*WORK TO COMPLETE*:
Copy out exactly the lines below that run from the one holding "v -2.923 0 149.254" to the one holding "v 14.378 -127 5.955", keeping both of those lines and no others.

*DATA RECORDS*:
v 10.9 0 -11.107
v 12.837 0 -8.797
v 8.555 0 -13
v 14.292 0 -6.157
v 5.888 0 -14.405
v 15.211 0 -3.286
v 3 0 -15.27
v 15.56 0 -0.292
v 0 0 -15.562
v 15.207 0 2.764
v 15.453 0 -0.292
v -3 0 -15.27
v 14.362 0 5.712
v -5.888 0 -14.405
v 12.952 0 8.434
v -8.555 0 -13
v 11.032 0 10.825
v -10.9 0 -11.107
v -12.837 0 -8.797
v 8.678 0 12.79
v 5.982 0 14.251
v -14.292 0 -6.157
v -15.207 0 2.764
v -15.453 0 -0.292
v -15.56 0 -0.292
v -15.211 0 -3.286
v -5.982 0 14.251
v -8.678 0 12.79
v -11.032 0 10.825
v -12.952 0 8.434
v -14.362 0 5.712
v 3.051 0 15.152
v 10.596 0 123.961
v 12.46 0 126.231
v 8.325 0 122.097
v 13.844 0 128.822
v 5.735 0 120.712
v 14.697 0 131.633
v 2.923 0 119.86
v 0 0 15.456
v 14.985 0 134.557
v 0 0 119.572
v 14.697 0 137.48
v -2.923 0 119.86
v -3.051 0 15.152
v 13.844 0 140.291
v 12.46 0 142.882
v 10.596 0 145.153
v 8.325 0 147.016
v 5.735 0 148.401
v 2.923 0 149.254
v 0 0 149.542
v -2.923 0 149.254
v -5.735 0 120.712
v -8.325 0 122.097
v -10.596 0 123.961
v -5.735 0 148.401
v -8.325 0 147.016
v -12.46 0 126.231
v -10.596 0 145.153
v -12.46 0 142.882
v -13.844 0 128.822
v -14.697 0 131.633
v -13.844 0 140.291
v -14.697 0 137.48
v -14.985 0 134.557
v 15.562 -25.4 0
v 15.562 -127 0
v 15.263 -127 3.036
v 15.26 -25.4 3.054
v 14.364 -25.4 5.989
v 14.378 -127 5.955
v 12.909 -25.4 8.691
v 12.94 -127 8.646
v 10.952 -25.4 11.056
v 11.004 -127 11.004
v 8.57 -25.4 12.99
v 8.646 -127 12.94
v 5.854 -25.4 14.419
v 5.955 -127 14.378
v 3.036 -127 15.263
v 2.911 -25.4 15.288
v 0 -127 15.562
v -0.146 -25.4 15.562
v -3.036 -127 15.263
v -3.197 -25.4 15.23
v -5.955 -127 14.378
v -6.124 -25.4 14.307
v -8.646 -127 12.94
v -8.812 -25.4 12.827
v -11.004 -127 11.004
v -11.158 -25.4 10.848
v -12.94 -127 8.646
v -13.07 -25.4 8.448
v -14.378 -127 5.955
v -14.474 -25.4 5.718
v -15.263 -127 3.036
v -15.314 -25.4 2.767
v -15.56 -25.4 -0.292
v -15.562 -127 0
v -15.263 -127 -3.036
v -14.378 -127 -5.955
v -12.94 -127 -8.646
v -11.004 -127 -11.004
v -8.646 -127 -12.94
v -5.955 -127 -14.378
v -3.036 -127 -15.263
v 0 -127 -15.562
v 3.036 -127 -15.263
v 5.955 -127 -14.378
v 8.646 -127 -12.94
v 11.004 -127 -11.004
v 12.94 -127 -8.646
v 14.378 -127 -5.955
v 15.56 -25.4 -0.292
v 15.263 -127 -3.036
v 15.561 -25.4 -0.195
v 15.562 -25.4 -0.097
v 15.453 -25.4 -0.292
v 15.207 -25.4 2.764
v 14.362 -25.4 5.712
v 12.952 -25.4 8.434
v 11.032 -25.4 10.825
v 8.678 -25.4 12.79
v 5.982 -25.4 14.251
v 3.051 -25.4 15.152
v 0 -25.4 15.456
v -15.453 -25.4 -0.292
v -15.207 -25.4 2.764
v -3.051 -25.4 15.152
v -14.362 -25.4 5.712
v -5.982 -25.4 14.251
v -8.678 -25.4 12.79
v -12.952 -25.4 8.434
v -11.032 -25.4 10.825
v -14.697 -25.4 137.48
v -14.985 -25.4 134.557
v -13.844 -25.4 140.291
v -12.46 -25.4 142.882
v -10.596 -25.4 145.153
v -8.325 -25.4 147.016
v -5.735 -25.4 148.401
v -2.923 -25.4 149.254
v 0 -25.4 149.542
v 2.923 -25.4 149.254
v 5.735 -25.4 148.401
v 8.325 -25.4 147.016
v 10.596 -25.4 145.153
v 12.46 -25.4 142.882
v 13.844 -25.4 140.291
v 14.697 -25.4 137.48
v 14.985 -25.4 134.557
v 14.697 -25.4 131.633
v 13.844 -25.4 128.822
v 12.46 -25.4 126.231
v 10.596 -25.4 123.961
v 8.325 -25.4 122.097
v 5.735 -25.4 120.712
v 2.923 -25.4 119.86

*SOLVED PROBLEM*:
v -2.923 0 149.254
v -5.735 0 120.712
v -8.325 0 122.097
v -10.596 0 123.961
v -5.735 0 148.401
v -8.325 0 147.016
v -12.46 0 126.231
v -10.596 0 145.153
v -12.46 0 142.882
v -13.844 0 128.822
v -14.697 0 131.633
v -13.844 0 140.291
v -14.697 0 137.48
v -14.985 0 134.557
v 15.562 -25.4 0
v 15.562 -127 0
v 15.263 -127 3.036
v 15.26 -25.4 3.054
v 14.364 -25.4 5.989
v 14.378 -127 5.955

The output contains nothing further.